Top of Given data

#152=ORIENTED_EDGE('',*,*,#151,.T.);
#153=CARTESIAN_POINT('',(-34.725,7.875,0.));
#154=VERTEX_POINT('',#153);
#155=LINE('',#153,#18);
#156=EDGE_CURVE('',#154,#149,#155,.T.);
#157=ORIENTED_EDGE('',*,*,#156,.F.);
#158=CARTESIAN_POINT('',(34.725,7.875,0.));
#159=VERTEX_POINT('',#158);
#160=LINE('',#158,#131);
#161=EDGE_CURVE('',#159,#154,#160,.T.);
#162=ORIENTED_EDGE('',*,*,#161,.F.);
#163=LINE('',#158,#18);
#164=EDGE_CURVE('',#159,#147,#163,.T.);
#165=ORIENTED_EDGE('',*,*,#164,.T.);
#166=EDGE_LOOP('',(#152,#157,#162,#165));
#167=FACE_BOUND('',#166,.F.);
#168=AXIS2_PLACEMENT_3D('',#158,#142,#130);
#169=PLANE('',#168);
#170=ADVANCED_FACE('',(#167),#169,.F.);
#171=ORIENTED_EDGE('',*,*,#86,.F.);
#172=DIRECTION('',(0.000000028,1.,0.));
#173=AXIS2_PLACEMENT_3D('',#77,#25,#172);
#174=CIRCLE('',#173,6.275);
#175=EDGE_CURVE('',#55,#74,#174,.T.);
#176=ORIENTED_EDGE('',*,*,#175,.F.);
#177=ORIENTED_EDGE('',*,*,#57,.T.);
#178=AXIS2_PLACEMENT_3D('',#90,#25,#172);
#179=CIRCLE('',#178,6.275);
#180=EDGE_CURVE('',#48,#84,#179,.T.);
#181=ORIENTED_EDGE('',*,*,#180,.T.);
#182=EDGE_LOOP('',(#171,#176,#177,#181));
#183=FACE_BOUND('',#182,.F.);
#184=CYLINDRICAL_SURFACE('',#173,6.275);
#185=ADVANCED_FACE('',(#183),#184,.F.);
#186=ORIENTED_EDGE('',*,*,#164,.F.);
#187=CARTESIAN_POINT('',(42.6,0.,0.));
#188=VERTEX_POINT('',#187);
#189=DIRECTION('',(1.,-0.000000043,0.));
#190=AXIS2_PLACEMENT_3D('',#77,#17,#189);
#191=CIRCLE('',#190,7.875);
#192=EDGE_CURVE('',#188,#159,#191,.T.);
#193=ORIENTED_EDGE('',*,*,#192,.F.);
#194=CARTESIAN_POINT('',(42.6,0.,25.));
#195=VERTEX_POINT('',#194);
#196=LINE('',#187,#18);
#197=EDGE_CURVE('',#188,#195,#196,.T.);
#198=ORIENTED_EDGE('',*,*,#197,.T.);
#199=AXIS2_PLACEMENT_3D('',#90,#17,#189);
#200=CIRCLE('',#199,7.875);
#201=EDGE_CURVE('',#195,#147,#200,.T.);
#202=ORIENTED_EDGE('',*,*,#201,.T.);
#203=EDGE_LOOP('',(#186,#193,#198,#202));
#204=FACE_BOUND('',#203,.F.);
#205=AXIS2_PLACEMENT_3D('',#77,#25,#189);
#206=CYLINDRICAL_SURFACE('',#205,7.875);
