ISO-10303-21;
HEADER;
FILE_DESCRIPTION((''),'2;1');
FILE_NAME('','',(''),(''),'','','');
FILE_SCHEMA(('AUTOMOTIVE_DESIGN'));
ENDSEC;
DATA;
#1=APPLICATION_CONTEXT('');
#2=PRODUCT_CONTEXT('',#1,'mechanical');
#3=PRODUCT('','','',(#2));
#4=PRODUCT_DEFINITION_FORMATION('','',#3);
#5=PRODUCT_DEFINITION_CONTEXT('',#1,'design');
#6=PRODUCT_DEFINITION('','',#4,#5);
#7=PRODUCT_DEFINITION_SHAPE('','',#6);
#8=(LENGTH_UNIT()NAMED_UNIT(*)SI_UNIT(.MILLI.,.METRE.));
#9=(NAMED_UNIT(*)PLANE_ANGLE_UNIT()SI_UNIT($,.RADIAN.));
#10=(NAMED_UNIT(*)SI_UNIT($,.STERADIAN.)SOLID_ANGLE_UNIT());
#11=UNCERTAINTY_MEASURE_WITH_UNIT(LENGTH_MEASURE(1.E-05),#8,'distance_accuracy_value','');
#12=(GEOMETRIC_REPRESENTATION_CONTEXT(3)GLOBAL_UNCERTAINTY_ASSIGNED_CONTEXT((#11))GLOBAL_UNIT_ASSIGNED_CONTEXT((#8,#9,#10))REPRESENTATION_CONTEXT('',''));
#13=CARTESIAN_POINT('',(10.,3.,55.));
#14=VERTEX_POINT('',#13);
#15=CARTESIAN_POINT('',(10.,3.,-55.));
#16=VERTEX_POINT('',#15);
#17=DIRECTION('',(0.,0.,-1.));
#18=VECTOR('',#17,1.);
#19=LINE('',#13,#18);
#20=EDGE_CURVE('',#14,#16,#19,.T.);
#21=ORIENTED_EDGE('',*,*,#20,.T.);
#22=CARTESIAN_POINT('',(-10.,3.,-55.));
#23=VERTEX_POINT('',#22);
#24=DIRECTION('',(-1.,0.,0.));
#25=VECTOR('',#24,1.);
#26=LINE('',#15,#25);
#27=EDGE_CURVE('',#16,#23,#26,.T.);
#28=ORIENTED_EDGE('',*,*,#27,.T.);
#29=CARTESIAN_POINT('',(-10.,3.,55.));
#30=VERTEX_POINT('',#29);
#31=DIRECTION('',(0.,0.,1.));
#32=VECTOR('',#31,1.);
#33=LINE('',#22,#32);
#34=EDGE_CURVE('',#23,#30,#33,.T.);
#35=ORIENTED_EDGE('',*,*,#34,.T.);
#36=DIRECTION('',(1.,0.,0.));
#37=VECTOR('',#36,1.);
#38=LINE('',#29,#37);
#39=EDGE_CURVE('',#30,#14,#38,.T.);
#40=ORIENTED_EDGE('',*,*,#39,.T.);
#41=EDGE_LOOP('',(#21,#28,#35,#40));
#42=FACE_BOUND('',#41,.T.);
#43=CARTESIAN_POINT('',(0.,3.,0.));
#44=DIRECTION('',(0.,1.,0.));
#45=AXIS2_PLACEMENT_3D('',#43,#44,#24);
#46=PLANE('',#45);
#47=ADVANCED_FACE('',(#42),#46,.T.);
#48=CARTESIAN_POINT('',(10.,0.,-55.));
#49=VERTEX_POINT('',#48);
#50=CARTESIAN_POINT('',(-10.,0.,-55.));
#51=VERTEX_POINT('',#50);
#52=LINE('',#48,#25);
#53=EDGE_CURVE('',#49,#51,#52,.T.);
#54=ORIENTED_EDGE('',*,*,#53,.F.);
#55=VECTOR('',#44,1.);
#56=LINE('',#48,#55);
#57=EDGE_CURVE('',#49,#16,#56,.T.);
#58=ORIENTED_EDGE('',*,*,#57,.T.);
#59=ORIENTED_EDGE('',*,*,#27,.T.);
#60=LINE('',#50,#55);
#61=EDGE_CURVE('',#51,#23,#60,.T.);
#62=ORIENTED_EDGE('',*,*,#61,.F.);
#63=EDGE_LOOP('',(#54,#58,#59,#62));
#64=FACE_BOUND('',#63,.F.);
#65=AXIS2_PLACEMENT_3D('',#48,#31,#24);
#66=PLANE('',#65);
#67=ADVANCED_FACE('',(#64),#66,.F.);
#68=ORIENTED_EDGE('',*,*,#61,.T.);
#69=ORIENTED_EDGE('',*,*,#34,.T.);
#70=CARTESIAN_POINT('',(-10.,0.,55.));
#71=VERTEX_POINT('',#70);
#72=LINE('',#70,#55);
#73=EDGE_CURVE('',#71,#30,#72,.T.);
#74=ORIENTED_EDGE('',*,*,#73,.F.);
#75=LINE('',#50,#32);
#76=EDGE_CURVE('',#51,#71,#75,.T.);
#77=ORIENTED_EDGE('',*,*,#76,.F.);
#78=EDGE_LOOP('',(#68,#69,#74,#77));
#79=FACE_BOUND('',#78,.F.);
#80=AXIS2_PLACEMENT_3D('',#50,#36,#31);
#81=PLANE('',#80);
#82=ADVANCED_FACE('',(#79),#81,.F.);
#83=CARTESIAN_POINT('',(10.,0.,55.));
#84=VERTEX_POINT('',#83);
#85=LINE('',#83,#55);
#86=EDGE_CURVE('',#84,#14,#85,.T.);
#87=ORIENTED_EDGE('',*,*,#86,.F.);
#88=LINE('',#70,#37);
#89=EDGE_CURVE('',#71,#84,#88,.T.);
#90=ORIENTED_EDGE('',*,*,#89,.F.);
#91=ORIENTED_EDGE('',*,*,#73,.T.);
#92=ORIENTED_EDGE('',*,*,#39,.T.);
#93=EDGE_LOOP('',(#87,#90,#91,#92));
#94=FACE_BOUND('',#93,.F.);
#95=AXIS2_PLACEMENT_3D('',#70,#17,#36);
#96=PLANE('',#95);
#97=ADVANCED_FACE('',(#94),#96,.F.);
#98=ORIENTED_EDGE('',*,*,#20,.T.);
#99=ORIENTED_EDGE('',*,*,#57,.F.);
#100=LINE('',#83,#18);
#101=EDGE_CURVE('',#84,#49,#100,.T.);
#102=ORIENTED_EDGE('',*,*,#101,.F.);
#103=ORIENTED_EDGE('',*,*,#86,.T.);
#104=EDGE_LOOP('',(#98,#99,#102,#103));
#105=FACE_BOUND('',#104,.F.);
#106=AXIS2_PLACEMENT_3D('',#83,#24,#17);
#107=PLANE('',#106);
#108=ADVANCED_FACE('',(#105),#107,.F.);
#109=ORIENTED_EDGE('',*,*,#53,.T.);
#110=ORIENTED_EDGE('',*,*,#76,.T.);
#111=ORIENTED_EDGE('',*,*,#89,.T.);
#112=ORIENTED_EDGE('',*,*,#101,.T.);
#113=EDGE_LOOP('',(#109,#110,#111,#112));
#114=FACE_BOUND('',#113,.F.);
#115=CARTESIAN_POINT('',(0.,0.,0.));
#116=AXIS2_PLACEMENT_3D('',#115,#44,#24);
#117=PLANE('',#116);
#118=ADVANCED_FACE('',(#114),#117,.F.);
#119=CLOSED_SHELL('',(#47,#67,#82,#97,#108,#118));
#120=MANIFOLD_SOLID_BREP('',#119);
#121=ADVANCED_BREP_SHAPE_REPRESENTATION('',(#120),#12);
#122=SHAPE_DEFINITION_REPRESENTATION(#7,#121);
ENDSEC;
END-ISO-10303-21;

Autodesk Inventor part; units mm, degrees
ref_plane "YZ Plane" through (0, 0, 0) normal (1, 0, 0) x (0, 1, 0)
ref_plane "XZ Plane" through (0, 0, 0) normal (0, 1, 0) x (-1, 0, 0)
ref_plane "XY Plane" through (0, 0, 0) normal (0, 0, 1) x (1, 0, 0)
sketch "스케치1" plane through (0, 0, 0) normal (0, 1, 0) x (-1, 0, 0)
  line L0 (10, 55) -> (-10, 55)
  line L1 (-10, 55) -> (-10, -55)
  line L2 (-10, -55) -> (10, -55)
  line L3 (10, -55) -> (10, 55)
  point P0 (0, 0)
  dimension "d0" = 20
  dimension "d1" = 110
  dimension "d4" = 55
  dimension "d5" = 10
extrude "돌출1" add sketch "스케치1" along normal blind 3
properties part number "초음파센서거리측정용아크릴판" material "PMMA 플라스틱"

Bottom of Given data

**Exercise requirements:** The range runs from the line above containing "#156=EDGE_CURVE('',#154,#149,#155,.T.);" to the line containing "#164=EDGE_CURVE('',#159,#147,#163,.T.);", inclusive. Restate those lines word for word and no others.

**Result:**
#156=EDGE_CURVE('',#154,#149,#155,.T.);
#157=ORIENTED_EDGE('',*,*,#156,.F.);
#158=CARTESIAN_POINT('',(34.725,7.875,0.));
#159=VERTEX_POINT('',#158);
#160=LINE('',#158,#131);
#161=EDGE_CURVE('',#159,#154,#160,.T.);
#162=ORIENTED_EDGE('',*,*,#161,.F.);
#163=LINE('',#158,#18);
#164=EDGE_CURVE('',#159,#147,#163,.T.);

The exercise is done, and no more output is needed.